----- Excerpted data

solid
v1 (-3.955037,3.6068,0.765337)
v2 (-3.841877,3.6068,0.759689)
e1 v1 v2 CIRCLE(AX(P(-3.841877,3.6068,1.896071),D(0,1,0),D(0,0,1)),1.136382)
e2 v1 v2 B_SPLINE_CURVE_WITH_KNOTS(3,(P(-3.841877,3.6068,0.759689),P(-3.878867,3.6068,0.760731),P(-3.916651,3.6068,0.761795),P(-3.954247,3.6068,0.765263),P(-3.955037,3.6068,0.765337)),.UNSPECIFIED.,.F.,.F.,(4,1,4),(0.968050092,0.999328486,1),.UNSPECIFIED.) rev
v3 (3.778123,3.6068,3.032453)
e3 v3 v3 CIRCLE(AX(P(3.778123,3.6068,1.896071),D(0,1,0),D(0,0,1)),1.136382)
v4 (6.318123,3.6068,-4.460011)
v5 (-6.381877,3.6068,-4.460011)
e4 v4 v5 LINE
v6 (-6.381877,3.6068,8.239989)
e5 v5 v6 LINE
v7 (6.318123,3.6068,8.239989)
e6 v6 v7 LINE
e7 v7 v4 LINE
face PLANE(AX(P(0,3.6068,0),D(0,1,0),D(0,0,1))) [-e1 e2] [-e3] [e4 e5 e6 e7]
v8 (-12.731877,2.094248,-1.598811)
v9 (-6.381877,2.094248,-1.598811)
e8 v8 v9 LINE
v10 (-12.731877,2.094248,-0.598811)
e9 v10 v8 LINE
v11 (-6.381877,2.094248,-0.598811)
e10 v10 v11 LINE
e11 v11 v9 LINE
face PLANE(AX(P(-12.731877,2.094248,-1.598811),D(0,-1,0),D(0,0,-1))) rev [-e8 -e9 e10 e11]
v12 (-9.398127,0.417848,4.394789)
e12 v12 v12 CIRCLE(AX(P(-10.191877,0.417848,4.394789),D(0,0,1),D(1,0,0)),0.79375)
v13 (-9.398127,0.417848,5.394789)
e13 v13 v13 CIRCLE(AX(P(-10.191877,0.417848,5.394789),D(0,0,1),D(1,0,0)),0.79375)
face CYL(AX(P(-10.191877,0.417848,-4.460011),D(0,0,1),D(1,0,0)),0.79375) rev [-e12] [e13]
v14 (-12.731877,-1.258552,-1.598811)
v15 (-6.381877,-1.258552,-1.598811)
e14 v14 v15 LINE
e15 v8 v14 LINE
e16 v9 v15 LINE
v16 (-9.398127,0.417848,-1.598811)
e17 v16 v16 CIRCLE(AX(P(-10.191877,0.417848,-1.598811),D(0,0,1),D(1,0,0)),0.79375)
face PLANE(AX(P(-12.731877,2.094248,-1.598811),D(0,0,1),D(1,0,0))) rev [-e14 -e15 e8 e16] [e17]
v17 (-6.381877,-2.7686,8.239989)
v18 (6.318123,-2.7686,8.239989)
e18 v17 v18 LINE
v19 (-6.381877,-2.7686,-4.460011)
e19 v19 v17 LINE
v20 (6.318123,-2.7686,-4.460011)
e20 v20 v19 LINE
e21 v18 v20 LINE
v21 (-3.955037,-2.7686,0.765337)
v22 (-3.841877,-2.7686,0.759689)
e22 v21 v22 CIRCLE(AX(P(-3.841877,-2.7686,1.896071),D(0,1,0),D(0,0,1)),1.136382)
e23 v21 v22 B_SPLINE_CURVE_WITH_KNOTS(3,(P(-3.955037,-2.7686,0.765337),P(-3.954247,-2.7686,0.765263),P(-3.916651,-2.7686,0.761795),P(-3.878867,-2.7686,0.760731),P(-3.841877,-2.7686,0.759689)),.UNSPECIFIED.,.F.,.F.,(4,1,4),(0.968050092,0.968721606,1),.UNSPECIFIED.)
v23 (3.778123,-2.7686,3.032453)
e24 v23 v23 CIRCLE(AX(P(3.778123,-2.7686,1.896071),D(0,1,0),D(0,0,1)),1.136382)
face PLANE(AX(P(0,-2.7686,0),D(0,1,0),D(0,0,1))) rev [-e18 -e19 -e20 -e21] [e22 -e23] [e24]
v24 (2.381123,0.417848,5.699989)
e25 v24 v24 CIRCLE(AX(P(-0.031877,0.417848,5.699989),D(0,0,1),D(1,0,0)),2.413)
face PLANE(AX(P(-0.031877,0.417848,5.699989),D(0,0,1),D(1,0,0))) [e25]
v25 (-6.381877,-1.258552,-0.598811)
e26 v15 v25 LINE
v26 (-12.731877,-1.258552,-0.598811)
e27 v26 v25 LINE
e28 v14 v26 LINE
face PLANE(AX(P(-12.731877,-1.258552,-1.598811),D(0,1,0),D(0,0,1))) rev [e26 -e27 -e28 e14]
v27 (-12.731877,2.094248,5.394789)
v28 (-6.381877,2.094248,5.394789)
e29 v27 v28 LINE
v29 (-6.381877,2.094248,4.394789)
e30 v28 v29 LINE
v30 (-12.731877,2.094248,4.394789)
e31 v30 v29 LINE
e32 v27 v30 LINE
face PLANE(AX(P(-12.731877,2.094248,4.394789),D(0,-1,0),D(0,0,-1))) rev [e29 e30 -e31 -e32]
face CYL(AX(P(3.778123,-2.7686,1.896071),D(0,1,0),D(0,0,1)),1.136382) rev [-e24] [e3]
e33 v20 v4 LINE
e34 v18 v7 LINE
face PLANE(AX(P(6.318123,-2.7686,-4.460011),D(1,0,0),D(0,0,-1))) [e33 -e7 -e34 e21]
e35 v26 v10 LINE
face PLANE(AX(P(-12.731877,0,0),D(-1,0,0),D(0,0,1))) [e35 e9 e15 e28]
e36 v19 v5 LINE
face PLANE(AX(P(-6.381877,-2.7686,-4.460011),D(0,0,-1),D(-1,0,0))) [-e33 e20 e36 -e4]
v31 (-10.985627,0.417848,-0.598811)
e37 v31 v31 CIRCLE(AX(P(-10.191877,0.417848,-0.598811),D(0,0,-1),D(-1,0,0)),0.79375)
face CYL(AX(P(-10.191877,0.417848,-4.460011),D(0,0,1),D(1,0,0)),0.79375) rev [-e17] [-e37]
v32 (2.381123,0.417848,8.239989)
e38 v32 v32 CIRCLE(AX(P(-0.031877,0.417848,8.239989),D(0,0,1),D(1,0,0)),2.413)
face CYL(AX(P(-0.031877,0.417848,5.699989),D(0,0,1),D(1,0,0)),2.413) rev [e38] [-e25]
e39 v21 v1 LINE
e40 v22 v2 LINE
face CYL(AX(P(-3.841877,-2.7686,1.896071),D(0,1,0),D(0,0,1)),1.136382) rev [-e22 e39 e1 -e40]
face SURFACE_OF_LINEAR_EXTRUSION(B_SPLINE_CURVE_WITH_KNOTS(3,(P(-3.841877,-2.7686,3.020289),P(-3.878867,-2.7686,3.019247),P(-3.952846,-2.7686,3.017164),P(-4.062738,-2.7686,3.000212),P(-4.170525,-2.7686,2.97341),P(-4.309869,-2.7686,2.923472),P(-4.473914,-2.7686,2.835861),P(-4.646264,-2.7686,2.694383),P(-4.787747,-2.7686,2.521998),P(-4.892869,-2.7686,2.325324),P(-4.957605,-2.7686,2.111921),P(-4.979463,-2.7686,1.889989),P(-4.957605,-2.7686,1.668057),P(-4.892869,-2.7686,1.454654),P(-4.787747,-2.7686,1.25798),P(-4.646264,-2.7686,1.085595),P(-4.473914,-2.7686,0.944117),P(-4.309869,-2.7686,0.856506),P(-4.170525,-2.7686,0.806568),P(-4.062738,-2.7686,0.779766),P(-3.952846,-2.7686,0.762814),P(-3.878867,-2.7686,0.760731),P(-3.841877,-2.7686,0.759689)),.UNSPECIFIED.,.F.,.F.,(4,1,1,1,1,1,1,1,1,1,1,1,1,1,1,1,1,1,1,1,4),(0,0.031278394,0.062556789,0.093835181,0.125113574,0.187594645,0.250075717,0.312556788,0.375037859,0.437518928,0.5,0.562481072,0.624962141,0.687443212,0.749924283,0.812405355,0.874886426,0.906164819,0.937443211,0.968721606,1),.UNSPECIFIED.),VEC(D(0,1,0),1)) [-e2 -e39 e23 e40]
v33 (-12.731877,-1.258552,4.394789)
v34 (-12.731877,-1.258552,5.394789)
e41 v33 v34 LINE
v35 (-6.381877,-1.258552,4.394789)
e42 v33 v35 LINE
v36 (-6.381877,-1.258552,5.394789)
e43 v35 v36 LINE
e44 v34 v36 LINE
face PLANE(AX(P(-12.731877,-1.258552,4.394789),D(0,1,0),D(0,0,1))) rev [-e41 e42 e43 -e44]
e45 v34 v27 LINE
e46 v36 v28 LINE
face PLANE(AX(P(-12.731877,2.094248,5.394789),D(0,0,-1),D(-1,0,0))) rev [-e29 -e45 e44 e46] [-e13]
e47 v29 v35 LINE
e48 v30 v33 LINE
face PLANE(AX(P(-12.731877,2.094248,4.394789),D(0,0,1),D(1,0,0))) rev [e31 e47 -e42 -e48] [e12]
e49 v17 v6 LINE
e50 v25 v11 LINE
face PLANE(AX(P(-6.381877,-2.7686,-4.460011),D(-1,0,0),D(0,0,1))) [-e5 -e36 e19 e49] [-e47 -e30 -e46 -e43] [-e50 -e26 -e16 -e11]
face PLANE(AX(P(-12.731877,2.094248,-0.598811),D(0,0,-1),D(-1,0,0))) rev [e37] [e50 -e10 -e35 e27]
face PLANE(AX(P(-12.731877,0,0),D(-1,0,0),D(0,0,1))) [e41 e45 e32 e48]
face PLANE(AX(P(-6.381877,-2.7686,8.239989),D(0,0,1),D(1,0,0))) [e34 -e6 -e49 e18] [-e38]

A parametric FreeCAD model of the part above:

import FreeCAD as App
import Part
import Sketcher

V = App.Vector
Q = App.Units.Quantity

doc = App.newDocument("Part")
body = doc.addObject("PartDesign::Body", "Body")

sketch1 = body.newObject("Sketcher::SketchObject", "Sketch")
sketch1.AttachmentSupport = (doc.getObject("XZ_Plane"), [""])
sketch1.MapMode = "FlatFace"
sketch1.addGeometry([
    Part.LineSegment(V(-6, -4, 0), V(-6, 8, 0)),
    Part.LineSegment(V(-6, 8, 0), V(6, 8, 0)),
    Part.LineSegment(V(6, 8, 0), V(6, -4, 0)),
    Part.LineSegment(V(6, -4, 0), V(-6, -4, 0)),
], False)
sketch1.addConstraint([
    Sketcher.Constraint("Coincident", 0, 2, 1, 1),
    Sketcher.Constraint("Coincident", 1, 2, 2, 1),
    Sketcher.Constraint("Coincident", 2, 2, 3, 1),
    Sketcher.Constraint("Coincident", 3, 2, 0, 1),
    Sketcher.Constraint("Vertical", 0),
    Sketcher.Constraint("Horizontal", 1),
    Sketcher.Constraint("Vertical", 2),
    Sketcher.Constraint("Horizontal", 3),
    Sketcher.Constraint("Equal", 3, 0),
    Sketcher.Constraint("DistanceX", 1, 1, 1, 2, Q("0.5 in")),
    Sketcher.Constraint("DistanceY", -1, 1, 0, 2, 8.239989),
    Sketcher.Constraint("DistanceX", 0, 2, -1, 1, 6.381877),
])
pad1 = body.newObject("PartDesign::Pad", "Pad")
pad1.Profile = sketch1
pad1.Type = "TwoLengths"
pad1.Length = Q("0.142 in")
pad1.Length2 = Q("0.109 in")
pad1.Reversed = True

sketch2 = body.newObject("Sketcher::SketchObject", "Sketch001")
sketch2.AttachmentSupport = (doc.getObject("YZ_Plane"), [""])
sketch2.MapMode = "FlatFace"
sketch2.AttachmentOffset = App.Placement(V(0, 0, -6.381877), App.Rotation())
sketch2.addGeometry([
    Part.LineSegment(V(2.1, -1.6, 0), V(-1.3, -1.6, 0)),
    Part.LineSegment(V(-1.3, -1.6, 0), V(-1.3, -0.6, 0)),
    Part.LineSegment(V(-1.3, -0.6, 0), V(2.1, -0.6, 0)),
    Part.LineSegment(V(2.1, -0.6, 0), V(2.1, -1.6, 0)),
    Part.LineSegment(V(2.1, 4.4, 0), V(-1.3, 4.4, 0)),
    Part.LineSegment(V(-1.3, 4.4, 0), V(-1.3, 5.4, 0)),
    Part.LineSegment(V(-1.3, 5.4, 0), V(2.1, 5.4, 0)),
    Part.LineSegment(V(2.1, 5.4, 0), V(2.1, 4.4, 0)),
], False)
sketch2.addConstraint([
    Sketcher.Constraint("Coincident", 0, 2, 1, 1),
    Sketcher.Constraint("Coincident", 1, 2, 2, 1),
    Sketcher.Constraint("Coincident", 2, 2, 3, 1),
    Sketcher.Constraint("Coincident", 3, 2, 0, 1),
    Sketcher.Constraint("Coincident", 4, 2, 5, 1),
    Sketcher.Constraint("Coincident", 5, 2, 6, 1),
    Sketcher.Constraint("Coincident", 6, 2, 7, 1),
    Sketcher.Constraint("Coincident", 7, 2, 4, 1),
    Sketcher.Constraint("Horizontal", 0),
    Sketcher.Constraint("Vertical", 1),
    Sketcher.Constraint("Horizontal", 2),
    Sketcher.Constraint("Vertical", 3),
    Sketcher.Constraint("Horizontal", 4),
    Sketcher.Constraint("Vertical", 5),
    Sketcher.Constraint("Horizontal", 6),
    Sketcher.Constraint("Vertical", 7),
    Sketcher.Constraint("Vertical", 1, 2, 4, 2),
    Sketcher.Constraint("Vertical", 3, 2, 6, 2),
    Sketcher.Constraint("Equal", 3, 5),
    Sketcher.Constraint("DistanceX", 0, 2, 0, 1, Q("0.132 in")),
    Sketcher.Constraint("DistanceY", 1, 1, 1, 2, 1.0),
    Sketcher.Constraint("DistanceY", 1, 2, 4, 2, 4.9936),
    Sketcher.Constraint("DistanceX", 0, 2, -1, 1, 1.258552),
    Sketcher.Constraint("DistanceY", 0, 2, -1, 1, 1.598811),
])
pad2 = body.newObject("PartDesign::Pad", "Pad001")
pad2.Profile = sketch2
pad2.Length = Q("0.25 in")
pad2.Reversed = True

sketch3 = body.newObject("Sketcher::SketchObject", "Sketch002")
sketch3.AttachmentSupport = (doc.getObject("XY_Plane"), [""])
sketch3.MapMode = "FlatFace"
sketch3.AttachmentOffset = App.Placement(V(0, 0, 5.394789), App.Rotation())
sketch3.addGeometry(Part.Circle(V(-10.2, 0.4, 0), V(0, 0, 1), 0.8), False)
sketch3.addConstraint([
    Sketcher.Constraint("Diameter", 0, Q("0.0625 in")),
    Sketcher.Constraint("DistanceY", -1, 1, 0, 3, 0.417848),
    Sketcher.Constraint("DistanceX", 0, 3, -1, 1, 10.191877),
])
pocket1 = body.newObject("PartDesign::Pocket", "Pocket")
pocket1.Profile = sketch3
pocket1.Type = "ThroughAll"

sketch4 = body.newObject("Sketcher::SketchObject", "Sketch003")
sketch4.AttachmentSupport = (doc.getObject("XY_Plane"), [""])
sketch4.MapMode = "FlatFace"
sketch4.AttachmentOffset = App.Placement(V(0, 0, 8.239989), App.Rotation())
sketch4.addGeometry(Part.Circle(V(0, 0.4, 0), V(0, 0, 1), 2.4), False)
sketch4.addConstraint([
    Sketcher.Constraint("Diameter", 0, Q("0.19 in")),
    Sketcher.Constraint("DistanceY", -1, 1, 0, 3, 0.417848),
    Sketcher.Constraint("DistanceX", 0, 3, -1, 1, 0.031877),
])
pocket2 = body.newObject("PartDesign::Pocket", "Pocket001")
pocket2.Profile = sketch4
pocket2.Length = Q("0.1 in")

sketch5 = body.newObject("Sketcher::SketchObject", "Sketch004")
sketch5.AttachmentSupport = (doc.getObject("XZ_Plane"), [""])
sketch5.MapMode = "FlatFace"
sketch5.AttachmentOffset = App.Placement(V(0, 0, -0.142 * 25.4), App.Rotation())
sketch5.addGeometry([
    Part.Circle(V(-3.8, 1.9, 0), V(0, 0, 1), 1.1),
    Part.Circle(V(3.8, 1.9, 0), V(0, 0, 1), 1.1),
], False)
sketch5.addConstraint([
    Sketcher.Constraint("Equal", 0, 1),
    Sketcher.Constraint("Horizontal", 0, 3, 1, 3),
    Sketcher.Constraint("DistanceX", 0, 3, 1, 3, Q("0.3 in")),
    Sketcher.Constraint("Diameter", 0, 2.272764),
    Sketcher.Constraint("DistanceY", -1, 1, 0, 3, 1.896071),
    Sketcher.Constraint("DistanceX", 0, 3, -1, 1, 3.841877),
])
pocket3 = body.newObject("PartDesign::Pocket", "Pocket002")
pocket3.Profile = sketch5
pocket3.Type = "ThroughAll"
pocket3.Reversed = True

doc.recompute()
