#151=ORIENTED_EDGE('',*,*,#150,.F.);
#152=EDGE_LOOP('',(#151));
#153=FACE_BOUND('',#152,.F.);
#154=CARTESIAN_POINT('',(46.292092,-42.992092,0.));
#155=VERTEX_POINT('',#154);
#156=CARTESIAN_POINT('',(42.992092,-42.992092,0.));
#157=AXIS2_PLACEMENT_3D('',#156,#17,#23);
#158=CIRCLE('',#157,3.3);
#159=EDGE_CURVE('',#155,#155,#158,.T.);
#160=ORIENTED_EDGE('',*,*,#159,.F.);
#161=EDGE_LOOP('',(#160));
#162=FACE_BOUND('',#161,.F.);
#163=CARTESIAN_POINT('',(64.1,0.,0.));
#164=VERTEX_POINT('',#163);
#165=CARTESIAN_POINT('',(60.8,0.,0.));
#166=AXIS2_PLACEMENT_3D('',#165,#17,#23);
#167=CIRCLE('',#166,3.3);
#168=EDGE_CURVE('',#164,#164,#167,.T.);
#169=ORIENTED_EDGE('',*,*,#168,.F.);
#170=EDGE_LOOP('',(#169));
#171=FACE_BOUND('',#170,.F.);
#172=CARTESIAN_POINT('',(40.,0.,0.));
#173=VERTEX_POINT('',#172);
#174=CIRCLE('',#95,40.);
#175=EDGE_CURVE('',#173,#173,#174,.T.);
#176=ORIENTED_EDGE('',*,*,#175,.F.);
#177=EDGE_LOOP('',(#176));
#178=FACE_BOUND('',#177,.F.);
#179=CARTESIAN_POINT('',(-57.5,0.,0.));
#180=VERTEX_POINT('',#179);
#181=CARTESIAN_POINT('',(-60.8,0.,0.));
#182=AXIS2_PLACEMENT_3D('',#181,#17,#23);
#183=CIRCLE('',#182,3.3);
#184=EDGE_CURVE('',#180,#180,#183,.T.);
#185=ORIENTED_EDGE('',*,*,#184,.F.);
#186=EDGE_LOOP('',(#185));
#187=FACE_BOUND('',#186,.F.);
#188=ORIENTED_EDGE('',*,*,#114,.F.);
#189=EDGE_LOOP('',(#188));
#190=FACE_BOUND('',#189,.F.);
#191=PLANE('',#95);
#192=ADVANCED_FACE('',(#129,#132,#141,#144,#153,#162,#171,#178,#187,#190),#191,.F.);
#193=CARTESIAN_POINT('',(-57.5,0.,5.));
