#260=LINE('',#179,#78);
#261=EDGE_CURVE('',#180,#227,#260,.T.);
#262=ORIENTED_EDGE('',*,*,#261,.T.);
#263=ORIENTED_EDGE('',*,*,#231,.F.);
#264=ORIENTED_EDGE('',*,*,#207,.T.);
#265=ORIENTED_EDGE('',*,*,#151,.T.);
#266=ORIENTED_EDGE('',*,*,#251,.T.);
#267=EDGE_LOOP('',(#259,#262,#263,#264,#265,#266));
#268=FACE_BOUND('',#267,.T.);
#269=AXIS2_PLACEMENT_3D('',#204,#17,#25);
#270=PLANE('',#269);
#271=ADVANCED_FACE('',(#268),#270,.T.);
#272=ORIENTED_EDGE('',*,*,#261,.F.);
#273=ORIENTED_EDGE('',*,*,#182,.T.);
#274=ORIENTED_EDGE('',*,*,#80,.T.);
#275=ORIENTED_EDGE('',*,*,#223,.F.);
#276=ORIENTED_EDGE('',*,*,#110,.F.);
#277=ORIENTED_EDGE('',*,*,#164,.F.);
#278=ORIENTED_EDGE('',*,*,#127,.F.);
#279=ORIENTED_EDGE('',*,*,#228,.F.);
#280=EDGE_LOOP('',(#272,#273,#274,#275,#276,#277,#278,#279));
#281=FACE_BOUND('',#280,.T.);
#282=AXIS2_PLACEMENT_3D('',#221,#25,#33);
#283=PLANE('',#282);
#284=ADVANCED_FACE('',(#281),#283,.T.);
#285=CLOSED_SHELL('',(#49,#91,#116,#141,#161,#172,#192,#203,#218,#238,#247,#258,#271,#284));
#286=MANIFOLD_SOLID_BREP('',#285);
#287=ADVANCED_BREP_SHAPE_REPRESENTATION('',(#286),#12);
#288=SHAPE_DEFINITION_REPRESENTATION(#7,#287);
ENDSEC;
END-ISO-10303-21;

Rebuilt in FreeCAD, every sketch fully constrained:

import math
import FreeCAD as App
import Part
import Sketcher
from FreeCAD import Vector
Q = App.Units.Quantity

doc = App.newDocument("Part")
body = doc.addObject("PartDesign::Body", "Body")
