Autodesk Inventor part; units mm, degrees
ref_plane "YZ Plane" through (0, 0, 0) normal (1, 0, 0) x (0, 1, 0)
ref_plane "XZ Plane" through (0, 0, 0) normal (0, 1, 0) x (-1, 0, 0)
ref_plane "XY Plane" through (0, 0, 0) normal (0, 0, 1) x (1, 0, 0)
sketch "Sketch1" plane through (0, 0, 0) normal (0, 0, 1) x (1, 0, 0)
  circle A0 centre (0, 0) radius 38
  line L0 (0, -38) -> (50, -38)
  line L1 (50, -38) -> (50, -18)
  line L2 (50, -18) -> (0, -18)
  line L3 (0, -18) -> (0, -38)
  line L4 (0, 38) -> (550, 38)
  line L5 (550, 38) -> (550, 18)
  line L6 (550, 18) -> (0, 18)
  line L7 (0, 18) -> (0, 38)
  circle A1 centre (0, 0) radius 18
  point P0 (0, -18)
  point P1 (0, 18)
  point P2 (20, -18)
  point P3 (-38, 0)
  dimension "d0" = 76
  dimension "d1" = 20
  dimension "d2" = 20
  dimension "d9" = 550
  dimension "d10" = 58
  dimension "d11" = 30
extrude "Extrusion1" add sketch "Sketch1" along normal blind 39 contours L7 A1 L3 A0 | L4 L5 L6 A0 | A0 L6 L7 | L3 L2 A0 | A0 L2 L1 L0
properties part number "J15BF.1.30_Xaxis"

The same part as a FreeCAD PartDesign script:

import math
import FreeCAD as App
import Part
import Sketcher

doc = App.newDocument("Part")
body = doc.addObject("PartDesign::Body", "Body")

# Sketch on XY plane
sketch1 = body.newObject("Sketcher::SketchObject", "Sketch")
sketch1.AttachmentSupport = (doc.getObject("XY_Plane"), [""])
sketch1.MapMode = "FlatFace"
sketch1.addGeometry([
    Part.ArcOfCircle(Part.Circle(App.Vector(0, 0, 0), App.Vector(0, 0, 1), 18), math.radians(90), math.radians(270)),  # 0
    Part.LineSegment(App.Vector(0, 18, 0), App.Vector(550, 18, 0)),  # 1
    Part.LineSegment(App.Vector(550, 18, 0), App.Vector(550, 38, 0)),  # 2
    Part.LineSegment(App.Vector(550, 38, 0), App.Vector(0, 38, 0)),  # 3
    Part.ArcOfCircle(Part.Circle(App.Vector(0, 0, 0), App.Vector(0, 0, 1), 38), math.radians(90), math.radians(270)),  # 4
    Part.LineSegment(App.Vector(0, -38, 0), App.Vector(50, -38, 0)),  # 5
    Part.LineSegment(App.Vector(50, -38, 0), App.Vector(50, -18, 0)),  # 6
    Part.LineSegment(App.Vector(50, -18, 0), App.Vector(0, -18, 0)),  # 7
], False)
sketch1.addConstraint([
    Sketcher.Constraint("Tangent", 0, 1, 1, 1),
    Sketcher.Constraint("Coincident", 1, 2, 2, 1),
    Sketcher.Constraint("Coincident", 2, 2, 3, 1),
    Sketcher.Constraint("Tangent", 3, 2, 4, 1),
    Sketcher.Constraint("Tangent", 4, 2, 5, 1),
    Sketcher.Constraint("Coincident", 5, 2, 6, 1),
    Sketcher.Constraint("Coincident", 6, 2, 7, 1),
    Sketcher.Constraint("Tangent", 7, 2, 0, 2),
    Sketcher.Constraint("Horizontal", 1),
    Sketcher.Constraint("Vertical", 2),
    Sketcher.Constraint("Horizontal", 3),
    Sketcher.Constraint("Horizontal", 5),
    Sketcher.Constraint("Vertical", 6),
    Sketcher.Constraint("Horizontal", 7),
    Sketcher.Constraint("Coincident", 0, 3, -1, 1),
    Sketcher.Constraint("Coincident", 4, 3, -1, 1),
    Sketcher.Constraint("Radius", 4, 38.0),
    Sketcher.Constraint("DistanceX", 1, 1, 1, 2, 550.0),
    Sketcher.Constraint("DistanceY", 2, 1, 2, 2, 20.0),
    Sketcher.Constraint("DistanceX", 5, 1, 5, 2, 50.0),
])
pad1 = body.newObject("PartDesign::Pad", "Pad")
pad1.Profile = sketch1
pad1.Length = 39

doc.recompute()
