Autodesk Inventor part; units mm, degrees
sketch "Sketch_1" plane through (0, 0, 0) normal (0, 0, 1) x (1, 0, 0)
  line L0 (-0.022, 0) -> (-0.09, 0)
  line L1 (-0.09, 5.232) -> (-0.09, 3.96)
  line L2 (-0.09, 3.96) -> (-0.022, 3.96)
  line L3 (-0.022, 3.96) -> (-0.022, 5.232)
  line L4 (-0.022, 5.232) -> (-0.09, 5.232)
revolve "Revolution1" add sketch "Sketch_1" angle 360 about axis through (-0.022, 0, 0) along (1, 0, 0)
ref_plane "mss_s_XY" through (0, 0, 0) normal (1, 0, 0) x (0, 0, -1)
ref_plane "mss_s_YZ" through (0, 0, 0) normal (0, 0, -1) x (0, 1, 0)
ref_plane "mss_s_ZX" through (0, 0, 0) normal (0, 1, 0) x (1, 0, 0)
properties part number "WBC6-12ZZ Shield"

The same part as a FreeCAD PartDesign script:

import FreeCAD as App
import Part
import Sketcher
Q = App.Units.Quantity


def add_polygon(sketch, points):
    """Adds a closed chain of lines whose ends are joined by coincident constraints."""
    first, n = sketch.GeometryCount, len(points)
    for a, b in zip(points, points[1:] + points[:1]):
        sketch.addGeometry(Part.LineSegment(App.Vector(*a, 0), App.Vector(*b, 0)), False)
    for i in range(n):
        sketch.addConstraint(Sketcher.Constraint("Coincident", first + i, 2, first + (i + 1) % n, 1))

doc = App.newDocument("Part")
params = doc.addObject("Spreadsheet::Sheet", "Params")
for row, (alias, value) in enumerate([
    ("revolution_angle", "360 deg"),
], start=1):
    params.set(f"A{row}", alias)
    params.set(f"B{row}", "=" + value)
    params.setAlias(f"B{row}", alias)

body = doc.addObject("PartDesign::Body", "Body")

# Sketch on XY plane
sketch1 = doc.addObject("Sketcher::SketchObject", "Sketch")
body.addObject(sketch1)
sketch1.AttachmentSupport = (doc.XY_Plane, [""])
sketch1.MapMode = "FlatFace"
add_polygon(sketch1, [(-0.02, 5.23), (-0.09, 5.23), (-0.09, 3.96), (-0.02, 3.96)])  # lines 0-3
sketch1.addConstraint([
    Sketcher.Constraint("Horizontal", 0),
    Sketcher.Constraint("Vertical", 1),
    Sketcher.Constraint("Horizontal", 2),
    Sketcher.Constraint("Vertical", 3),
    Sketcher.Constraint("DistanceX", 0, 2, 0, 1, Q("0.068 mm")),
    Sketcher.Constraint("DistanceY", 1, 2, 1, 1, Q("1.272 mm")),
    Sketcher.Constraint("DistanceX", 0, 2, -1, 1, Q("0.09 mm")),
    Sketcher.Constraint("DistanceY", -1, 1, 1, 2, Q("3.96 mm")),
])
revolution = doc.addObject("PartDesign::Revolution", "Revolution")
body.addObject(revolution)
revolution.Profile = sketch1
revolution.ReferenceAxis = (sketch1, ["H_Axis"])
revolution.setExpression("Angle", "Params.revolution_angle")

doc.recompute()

----------

Assignment ->
Both the line containing "e40 v22 v2 LINE" and the line containing "e39 e1 -e40]" belong in the answer. Print them and every line above that falls between them exactly, and no others.

Result of the task ->
e40 v22 v2 LINE
face CYL(AX(P(-3.841877,-2.7686,1.896071),D(0,1,0),D(0,0,1)),1.136382) rev [-e22 e39 e1 -e40]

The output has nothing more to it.